• _Exercise objective_: From the listing below, copy only the lines running from the line that contains "#172=ORIENTED_EDGE('',*,*,#171,.F.);" to the line that contains "FreeCAD Python script", both included.

- Opening Delimiter -

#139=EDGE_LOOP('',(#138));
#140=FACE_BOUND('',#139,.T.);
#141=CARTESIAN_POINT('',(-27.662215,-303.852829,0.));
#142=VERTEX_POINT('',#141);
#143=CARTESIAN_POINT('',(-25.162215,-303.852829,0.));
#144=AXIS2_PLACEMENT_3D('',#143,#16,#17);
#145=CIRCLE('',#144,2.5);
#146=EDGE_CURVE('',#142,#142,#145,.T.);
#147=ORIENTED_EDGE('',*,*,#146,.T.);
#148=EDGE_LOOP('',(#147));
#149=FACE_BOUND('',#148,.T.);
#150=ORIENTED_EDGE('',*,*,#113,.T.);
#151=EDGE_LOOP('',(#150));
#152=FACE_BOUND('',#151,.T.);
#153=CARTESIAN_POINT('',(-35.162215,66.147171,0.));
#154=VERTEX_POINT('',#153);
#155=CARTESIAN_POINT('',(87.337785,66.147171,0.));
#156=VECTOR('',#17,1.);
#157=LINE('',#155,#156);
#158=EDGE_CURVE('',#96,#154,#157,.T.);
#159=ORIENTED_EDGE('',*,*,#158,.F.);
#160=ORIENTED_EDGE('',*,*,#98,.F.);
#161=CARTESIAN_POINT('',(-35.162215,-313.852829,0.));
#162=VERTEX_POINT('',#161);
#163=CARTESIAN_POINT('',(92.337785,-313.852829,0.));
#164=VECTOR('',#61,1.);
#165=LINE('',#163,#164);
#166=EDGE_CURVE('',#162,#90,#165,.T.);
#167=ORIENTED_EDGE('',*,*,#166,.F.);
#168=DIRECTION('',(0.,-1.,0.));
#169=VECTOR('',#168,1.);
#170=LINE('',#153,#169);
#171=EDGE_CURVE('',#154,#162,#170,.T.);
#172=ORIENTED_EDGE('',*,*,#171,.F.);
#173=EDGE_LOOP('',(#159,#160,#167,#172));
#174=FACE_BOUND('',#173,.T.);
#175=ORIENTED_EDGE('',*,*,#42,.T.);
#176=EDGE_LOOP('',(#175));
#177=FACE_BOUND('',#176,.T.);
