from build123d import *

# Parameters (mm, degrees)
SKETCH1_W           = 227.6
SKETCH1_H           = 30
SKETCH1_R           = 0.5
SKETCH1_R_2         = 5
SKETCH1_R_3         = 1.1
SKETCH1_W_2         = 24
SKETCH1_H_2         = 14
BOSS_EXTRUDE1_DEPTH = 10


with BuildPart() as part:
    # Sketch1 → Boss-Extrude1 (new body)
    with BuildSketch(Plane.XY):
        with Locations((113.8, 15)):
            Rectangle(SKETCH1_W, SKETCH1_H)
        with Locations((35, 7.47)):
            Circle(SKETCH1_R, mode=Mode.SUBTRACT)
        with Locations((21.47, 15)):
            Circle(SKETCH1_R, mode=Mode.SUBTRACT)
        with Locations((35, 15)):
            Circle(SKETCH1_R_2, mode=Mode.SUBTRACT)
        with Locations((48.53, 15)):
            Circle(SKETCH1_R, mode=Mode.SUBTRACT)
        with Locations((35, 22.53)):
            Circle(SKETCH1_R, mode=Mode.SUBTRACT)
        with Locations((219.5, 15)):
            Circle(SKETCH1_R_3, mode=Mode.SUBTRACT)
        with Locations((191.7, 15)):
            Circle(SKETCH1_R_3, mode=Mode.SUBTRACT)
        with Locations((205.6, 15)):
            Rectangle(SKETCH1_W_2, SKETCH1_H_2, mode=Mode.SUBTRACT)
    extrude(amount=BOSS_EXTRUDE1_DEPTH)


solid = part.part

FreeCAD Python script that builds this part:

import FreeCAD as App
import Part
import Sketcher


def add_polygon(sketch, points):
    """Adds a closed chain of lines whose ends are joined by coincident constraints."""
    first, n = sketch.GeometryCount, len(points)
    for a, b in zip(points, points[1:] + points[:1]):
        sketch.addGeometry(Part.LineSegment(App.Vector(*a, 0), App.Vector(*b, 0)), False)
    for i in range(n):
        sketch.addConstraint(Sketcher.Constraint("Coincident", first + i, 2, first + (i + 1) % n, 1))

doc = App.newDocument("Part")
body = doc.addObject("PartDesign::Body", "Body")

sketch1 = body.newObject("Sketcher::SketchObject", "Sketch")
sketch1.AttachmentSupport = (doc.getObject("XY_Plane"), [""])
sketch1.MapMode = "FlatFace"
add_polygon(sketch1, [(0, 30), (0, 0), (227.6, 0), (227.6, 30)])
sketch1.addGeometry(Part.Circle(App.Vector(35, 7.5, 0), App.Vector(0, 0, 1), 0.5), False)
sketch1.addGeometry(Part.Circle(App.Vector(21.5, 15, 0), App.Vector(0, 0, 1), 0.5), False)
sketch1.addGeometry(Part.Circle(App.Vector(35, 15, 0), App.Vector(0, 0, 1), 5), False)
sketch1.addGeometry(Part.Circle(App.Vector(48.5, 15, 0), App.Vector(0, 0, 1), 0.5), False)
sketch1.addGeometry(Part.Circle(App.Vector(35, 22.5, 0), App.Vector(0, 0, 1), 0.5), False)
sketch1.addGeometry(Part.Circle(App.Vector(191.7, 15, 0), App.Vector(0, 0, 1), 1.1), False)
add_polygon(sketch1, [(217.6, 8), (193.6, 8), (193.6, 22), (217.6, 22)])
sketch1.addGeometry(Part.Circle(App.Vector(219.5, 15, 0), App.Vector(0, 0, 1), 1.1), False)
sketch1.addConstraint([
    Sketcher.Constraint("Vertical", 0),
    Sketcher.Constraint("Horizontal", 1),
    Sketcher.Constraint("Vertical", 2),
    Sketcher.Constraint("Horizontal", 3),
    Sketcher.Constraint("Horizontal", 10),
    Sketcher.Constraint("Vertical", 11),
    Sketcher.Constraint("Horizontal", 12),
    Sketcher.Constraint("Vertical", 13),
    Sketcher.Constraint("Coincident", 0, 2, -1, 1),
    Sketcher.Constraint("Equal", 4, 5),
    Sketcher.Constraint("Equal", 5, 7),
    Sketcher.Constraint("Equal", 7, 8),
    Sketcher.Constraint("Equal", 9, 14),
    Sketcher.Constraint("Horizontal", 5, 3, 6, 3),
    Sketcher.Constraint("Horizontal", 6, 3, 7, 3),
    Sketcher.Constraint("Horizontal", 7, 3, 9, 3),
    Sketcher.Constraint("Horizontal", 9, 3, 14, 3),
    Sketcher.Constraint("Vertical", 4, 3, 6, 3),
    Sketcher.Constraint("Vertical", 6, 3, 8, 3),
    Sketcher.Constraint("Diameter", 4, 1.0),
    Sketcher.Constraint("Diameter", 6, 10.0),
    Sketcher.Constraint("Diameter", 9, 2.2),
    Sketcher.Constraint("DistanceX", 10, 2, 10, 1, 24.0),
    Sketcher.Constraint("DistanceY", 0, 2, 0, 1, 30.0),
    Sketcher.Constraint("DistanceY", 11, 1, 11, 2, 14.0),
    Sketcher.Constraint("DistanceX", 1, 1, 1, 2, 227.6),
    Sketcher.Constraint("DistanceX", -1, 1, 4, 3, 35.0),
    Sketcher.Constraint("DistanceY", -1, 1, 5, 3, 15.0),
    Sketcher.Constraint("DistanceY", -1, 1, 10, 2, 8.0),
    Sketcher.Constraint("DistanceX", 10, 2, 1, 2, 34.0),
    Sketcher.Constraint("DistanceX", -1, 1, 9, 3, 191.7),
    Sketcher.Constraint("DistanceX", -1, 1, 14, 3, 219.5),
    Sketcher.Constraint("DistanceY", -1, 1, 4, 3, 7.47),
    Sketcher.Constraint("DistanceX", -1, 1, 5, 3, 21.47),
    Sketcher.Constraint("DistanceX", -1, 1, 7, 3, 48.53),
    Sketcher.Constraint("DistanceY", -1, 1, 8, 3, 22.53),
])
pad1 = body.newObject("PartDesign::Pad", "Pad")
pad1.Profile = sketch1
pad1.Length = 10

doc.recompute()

- Closing Delimiter -
- Opening Delimiter -

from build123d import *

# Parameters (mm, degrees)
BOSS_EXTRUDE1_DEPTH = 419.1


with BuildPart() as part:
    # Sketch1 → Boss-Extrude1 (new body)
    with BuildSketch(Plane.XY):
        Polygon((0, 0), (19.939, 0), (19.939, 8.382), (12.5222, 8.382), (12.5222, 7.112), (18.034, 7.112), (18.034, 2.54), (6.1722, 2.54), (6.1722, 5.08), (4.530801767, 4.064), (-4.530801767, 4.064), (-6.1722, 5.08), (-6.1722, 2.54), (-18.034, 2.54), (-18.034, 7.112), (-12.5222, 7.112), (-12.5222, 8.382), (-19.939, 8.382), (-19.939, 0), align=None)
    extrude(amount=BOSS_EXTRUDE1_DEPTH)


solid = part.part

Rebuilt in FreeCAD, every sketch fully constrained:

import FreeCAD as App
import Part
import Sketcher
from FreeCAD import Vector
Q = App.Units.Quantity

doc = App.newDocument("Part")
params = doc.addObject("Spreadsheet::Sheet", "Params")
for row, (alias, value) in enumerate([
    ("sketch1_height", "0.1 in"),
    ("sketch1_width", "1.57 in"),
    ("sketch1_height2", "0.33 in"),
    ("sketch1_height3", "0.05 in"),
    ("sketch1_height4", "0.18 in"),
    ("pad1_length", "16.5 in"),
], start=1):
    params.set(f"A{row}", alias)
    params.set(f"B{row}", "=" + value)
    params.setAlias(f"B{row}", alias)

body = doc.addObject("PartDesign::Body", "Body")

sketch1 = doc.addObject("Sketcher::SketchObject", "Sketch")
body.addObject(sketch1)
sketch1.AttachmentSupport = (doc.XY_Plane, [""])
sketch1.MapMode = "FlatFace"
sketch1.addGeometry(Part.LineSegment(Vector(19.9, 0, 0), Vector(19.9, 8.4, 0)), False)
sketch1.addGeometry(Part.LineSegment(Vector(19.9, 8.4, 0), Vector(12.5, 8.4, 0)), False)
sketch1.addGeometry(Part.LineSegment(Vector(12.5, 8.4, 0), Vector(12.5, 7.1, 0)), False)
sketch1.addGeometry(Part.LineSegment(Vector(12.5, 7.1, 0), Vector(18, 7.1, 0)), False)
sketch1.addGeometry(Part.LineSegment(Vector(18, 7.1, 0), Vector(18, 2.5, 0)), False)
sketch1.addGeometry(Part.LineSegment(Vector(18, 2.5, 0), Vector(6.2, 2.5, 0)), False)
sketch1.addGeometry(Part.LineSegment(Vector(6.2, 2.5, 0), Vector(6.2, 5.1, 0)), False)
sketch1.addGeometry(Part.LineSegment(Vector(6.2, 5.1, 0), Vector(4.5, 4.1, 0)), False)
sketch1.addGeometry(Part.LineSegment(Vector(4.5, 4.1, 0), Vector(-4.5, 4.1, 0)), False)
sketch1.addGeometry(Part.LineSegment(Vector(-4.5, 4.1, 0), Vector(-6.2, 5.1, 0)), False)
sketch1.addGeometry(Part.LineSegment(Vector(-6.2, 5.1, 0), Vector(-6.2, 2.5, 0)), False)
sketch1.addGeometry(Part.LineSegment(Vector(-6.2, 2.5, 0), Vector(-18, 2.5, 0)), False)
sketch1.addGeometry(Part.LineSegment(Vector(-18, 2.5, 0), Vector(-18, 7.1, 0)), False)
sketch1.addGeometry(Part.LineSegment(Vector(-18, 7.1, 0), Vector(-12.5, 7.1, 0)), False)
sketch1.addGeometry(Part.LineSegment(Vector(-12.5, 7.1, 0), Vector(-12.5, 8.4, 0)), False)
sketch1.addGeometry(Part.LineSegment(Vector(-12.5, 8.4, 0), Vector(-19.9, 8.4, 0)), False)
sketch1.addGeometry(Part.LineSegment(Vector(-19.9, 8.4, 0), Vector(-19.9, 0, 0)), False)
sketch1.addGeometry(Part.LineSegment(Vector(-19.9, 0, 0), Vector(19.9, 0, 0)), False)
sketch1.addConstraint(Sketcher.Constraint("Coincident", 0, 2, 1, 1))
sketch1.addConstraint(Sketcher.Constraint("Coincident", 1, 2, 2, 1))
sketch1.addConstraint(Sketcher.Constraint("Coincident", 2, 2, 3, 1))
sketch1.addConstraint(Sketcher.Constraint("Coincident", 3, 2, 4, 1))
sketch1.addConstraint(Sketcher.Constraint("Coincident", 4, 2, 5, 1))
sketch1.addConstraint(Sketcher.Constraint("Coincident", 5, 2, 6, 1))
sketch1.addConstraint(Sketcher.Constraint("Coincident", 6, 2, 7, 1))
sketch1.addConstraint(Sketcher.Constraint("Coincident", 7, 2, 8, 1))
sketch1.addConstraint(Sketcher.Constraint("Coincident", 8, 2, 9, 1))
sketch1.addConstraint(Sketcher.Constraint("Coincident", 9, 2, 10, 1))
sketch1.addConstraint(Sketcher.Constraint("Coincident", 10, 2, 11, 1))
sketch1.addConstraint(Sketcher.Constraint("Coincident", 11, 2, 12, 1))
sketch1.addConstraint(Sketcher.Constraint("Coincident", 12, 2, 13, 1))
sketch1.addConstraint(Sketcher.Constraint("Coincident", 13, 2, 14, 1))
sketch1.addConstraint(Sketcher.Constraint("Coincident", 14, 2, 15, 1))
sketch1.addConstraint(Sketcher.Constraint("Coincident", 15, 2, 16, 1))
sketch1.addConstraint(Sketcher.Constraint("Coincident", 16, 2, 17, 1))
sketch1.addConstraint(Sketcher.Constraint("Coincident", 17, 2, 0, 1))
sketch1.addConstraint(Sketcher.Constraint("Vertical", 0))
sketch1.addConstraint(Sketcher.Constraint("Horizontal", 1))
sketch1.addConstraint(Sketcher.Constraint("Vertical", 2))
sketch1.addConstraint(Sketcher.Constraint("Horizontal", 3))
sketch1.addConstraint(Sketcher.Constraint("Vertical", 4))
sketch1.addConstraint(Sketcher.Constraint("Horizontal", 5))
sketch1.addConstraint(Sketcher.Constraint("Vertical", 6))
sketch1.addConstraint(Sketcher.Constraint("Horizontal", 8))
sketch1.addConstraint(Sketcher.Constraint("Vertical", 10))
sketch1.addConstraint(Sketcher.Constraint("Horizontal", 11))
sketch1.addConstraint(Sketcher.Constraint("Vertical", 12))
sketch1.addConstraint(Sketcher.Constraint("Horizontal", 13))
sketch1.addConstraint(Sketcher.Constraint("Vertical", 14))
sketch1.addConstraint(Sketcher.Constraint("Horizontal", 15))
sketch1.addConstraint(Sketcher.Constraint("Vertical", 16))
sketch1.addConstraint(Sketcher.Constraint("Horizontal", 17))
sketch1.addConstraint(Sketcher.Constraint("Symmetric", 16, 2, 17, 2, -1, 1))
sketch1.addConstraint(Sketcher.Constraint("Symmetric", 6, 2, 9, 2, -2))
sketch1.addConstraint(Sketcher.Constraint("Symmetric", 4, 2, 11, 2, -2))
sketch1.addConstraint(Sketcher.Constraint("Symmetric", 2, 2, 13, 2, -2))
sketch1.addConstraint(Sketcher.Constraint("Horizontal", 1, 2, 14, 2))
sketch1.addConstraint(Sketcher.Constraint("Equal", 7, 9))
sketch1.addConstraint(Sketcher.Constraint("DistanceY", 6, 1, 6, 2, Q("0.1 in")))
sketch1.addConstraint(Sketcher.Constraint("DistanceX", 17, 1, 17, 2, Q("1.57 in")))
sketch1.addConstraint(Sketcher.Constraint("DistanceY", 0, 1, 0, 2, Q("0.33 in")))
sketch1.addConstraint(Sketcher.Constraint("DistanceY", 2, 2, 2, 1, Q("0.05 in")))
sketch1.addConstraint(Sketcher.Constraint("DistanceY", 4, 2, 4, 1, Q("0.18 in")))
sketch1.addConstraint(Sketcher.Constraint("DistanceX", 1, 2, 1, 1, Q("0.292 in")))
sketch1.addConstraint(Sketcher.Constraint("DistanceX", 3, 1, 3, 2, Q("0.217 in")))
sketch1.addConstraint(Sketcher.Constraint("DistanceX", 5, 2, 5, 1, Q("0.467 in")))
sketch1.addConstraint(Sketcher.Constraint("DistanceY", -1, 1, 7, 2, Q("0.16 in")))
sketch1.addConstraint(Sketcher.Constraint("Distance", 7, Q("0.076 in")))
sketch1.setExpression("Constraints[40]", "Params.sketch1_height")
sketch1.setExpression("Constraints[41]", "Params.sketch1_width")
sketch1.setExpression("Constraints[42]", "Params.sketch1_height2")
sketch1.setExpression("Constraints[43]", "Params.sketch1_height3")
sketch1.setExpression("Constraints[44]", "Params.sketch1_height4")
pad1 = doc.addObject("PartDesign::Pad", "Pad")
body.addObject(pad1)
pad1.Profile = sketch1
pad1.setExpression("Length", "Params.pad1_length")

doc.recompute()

- Closing Delimiter -

• _Expected answer_:
#172=ORIENTED_EDGE('',*,*,#171,.F.);
#173=EDGE_LOOP('',(#159,#160,#167,#172));
#174=FACE_BOUND('',#173,.T.);
#175=ORIENTED_EDGE('',*,*,#42,.T.);
#176=EDGE_LOOP('',(#175));
#177=FACE_BOUND('',#176,.T.);
from build123d import *

# Parameters (mm, degrees)
SKETCH1_W           = 227.6
SKETCH1_H           = 30
SKETCH1_R           = 0.5
SKETCH1_R_2         = 5
SKETCH1_R_3         = 1.1
SKETCH1_W_2         = 24
SKETCH1_H_2         = 14
BOSS_EXTRUDE1_DEPTH = 10


with BuildPart() as part:
    # Sketch1 → Boss-Extrude1 (new body)
    with BuildSketch(Plane.XY):
        with Locations((113.8, 15)):
            Rectangle(SKETCH1_W, SKETCH1_H)
        with Locations((35, 7.47)):
            Circle(SKETCH1_R, mode=Mode.SUBTRACT)
        with Locations((21.47, 15)):
            Circle(SKETCH1_R, mode=Mode.SUBTRACT)
        with Locations((35, 15)):
            Circle(SKETCH1_R_2, mode=Mode.SUBTRACT)
        with Locations((48.53, 15)):
            Circle(SKETCH1_R, mode=Mode.SUBTRACT)
        with Locations((35, 22.53)):
            Circle(SKETCH1_R, mode=Mode.SUBTRACT)
        with Locations((219.5, 15)):
            Circle(SKETCH1_R_3, mode=Mode.SUBTRACT)
        with Locations((191.7, 15)):
            Circle(SKETCH1_R_3, mode=Mode.SUBTRACT)
        with Locations((205.6, 15)):
            Rectangle(SKETCH1_W_2, SKETCH1_H_2, mode=Mode.SUBTRACT)
    extrude(amount=BOSS_EXTRUDE1_DEPTH)


solid = part.part

FreeCAD Python script that builds this part:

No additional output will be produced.